Only if you also hold a Sapphire Preferred or Sapphire Reserve. The Freedom Unlimited earns Chase Ultimate Rewards points, but standalone these points can only be redeemed as cash back at 1¢ per point. With a Sapphire card on your account, the same points become fully transferable to 14 partners including United, Hyatt, Air Canada Aeroplan, and Singapore KrisFlyer at 1:1.
Does the Freedom Unlimited count against Chase 5/24?
Yes. The Freedom Unlimited is a personal credit card, so applying for it counts as one of your 5 cards in the last 24 months under Chase’s 5/24 rule. If you’re planning to apply for higher-value Chase cards (Sapphire Preferred, Reserve, Ink Business Preferred), sequence those applications first to avoid getting locked out.
Can I product change my Freedom Unlimited to a Sapphire card later?
Yes, after holding the card for at least one year. Chase typically allows product changes between cards in the same product line (Freedom Unlimited ↔ Freedom Flex) and from Freedom cards to Sapphire cards. Note: product changes don’t trigger welcome bonuses on the new card, so most points travelers prefer separate applications. If you anticipate needing to product-change, do it strategically — for example, downgrading a Sapphire Preferred back to a Freedom Unlimited after extracting value to avoid the annual fee while preserving the credit line.
Why is the Freedom Unlimited’s welcome bonus so small?
Because it’s a no-annual-fee card. Issuers calibrate welcome bonuses against the expected revenue from cardholders — premium cards with $300-800 annual fees can afford to offer 60K-175K point bonuses because they recoup costs through the fee. No-fee cards offer smaller welcome bonuses but pay them out forever via earning rates. Over a 5-year holding period, the Freedom Unlimited’s ongoing earning typically exceeds the value of a premium card’s larger welcome bonus.
Is the Freedom Unlimited good for international travel?
No — avoid it abroad. The 3% foreign transaction fee makes it inappropriate for international spending. For travel outside the U.S., use the Sapphire Preferred, Venture X, or any other no-foreign-transaction-fee card. Use the Freedom Unlimited for domestic spending only.

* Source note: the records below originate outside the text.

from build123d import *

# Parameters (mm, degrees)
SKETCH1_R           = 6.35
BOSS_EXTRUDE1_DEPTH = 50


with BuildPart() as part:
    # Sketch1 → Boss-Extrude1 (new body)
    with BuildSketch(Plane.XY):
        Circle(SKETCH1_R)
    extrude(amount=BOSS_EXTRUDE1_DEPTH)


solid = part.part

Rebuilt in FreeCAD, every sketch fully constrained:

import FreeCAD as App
import Part
import Sketcher

V = App.Vector

doc = App.newDocument("Part")
body = doc.addObject("PartDesign::Body", "Body")

# Sketch on XY plane
sketch1 = body.newObject("Sketcher::SketchObject", "Sketch")
sketch1.AttachmentSupport = (doc.getObject("XY_Plane"), [""])
sketch1.MapMode = "FlatFace"
sketch1.addGeometry(Part.Circle(V(0, 0, 0), V(0, 0, 1), 6.35), False)
sketch1.addConstraint([
    Sketcher.Constraint("Coincident", 0, 3, -1, 1),
    Sketcher.Constraint("Diameter", 0, 12.7),
])
pad1 = body.newObject("PartDesign::Pad", "Pad")
pad1.Profile = sketch1
pad1.Length = 50

doc.recompute()
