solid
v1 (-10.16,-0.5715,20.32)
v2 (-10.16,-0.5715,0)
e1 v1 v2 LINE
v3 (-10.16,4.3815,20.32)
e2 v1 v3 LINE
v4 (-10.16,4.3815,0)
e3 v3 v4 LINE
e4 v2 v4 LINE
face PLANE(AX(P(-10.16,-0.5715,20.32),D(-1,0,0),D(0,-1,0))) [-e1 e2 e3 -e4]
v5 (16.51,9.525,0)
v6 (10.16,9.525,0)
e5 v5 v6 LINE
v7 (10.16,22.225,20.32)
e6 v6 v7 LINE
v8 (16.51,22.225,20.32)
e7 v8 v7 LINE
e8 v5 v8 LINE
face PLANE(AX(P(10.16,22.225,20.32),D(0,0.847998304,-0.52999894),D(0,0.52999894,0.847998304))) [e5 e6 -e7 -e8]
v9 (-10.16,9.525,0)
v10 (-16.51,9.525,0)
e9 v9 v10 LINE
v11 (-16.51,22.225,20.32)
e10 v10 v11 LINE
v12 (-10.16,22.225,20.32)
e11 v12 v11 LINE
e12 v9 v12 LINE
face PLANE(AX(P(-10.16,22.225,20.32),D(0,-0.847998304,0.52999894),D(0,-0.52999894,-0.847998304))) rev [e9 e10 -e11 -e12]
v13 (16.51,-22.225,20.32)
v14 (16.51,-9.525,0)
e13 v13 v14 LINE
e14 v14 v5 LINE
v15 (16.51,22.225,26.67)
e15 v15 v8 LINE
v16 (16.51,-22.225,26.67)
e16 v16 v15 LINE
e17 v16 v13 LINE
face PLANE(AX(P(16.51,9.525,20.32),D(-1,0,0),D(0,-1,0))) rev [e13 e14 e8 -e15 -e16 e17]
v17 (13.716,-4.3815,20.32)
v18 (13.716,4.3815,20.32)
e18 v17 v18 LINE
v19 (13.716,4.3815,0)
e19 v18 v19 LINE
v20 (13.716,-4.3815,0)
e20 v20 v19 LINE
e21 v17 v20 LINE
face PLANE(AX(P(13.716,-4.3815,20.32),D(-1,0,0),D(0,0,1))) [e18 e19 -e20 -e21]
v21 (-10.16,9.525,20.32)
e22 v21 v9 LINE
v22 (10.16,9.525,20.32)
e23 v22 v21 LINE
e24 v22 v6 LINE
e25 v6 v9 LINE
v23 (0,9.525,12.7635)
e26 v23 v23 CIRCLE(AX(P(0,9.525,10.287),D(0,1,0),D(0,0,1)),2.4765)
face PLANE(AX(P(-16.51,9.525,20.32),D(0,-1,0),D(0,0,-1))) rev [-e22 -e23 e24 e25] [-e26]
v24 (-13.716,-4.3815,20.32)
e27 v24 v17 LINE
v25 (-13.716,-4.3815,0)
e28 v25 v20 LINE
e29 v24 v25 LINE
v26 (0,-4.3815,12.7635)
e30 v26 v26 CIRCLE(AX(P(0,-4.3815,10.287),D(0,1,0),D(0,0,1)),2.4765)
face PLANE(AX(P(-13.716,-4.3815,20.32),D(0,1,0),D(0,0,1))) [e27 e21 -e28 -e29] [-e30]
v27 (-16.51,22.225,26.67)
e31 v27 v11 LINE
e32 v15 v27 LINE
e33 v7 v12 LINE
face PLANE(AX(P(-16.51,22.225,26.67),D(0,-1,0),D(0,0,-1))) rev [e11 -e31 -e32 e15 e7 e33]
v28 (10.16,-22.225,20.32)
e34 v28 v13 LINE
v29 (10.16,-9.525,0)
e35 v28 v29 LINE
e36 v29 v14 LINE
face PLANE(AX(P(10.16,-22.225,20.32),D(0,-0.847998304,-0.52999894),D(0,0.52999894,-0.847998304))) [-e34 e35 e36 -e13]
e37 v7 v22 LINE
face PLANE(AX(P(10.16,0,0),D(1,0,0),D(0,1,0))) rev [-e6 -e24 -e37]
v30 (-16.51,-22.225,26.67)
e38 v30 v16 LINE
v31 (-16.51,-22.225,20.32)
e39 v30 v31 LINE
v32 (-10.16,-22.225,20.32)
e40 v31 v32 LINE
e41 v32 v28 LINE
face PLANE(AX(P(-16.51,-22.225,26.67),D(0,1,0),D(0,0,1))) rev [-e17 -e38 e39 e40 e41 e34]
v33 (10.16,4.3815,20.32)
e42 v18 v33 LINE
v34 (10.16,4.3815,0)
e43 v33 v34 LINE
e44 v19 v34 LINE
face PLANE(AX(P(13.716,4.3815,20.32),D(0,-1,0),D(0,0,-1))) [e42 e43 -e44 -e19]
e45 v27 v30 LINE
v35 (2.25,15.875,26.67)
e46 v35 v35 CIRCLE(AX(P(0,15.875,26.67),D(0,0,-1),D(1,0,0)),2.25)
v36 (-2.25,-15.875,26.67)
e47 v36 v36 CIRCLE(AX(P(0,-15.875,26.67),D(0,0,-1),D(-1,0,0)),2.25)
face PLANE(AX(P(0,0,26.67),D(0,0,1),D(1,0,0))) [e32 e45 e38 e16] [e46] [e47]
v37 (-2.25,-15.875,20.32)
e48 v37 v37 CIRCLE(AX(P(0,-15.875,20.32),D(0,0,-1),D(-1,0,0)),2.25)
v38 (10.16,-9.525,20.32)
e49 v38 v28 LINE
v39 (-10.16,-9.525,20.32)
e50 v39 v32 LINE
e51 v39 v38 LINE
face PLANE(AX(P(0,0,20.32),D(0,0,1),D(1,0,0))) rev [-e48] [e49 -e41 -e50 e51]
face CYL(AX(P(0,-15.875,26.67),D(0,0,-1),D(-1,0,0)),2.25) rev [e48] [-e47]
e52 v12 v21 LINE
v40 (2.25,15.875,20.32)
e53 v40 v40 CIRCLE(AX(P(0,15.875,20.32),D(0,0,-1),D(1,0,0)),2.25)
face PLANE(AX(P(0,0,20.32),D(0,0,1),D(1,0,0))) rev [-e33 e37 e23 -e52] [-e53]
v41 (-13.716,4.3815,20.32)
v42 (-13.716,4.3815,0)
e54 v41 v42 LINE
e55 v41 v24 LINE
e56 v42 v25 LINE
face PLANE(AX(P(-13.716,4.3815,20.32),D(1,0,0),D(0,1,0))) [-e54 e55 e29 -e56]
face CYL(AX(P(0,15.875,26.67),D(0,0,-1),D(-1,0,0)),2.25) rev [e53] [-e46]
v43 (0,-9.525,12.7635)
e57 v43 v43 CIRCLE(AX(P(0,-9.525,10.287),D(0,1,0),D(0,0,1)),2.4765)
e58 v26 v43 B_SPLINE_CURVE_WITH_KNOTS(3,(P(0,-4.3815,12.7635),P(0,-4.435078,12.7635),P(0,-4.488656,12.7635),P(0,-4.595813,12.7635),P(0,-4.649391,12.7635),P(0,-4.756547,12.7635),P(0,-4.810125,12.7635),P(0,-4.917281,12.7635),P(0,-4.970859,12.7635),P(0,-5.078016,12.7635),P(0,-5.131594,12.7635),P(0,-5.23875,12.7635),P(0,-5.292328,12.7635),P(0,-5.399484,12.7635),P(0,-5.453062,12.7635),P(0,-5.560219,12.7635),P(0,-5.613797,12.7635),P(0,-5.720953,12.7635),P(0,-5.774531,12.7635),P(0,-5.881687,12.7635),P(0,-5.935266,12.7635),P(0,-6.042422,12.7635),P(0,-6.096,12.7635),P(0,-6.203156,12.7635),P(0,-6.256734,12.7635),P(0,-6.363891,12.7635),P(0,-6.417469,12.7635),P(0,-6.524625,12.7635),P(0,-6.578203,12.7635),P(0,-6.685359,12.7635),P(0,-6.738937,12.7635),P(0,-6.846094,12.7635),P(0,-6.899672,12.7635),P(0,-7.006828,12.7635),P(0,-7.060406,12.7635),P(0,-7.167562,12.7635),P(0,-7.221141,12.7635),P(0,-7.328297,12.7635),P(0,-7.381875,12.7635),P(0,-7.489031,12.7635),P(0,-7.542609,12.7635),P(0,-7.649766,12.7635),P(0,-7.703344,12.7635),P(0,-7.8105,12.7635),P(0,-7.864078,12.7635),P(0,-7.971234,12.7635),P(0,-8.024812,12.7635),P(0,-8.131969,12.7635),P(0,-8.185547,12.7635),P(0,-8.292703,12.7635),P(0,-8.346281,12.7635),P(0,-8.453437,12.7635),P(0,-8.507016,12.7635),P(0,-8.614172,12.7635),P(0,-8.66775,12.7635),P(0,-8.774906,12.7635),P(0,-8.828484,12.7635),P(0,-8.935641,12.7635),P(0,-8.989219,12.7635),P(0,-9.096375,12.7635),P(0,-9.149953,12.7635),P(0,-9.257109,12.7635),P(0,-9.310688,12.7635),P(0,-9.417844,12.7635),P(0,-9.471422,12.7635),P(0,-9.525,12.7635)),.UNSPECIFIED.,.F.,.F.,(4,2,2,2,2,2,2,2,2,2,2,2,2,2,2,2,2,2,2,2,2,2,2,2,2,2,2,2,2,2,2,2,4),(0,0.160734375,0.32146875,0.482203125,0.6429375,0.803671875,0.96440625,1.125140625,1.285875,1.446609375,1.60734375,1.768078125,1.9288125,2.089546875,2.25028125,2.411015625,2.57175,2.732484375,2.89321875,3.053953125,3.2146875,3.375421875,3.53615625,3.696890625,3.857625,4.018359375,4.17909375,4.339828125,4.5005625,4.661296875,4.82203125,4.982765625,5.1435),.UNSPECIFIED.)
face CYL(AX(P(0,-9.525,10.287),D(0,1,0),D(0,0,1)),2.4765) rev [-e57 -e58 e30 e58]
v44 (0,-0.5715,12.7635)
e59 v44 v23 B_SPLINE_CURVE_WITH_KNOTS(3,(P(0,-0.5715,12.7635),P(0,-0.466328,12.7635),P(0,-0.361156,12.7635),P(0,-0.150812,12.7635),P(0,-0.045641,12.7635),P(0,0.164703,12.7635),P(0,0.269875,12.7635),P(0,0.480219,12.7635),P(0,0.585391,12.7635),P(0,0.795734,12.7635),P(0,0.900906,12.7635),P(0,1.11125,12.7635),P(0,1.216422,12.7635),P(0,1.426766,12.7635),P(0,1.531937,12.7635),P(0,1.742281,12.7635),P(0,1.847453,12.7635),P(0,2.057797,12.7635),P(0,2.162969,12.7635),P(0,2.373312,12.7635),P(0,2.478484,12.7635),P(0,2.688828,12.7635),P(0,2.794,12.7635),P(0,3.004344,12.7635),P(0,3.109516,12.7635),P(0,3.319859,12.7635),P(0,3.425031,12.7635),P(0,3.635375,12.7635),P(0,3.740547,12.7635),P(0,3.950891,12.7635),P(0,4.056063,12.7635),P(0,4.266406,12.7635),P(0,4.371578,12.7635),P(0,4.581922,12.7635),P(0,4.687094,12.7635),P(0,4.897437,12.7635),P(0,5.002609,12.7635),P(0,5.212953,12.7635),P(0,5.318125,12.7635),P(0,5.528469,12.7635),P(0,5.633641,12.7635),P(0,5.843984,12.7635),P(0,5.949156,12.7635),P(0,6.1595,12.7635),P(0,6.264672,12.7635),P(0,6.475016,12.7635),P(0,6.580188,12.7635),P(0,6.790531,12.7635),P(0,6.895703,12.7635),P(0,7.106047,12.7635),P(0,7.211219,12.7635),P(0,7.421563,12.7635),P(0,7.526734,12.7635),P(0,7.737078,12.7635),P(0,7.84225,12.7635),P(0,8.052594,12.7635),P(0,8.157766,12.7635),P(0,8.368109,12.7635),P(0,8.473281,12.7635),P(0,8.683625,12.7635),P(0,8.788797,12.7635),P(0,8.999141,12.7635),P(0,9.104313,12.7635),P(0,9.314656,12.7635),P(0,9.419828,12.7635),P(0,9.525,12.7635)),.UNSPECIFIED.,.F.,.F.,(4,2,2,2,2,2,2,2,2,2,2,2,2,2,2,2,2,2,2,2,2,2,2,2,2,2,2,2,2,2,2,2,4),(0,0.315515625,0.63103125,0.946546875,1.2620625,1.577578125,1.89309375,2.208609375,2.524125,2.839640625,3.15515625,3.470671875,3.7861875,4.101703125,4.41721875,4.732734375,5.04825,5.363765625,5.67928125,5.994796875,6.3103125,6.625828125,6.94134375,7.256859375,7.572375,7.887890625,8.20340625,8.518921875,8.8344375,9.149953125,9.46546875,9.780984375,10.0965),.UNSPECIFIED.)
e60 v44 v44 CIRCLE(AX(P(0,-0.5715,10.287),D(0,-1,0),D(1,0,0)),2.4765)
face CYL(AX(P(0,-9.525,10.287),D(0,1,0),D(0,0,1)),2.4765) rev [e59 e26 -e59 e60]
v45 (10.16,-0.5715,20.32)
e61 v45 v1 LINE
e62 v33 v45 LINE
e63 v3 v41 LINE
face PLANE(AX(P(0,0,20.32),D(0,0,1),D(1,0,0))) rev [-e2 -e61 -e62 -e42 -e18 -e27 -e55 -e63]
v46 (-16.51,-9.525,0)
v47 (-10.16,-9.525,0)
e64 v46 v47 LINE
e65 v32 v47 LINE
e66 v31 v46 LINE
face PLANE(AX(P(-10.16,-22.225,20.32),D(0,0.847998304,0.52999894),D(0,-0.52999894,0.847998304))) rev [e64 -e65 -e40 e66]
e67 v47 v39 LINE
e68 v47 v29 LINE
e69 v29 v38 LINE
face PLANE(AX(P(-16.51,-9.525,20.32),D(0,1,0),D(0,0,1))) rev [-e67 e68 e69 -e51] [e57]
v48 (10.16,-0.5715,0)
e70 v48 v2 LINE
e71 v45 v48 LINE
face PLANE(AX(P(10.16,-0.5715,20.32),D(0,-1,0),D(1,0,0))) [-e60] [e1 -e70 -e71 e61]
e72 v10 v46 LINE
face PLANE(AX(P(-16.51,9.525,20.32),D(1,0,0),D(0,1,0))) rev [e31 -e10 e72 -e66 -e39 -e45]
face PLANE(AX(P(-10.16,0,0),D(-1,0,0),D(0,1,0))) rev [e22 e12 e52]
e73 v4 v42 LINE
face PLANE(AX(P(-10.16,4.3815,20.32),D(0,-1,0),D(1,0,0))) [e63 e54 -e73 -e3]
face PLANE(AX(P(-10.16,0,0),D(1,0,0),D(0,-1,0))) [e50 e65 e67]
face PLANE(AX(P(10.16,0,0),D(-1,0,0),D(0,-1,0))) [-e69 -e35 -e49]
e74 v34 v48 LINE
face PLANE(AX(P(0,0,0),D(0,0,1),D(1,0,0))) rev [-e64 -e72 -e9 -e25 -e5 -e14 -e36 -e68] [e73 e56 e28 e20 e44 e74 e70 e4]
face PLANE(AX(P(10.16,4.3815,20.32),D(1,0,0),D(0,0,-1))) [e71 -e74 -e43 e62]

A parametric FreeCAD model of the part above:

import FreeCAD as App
import Part
import Sketcher
from FreeCAD import Vector
Q = App.Units.Quantity


def add_polygon(sketch, points):
    """Adds a closed chain of lines whose ends are joined by coincident constraints."""
    first, n = sketch.GeometryCount, len(points)
    for a, b in zip(points, points[1:] + points[:1]):
        sketch.addGeometry(Part.LineSegment(App.Vector(*a, 0), App.Vector(*b, 0)), False)
    for i in range(n):
        sketch.addConstraint(Sketcher.Constraint("Coincident", first + i, 2, first + (i + 1) % n, 1))

doc = App.newDocument("Part")
body = doc.addObject("PartDesign::Body", "Body")

# Sketch on XY plane
sketch1 = body.newObject("Sketcher::SketchObject", "Sketch")
sketch1.AttachmentSupport = (doc.getObject("XY_Plane"), [""])
sketch1.MapMode = "FlatFace"
add_polygon(sketch1, [(-16.5, 9.5), (-16.5, -9.5), (16.5, -9.5), (16.5, 9.5)])  # lines 0-3
add_polygon(sketch1, [(-13.7, -4.4), (-13.7, 4.4), (-10.2, 4.4), (-10.2, -0.6), (10.2, -0.6), (10.2, 4.4), (13.7, 4.4), (13.7, -4.4)])  # lines 4-11
sketch1.addConstraint(Sketcher.Constraint("Vertical", 0))
sketch1.addConstraint(Sketcher.Constraint("Horizontal", 1))
sketch1.addConstraint(Sketcher.Constraint("Vertical", 2))
sketch1.addConstraint(Sketcher.Constraint("Horizontal", 3))
sketch1.addConstraint(Sketcher.Constraint("Vertical", 4))
sketch1.addConstraint(Sketcher.Constraint("Horizontal", 5))
sketch1.addConstraint(Sketcher.Constraint("Vertical", 6))
sketch1.addConstraint(Sketcher.Constraint("Horizontal", 7))
sketch1.addConstraint(Sketcher.Constraint("Vertical", 8))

What’s the best welcome bonus history on this card?
The Freedom Unlimited’s welcome bonus has remained relatively stable over the past several years — typically $200 after $500 minimum spend, sometimes elevated with additional 5% bonuses on specific categories (currently gas for the first year). Unlike premium cards, dramatic elevated offers (50K+ points) are rare on this card. Don’t wait for an unusually elevated bonus — the standard offer is the offer.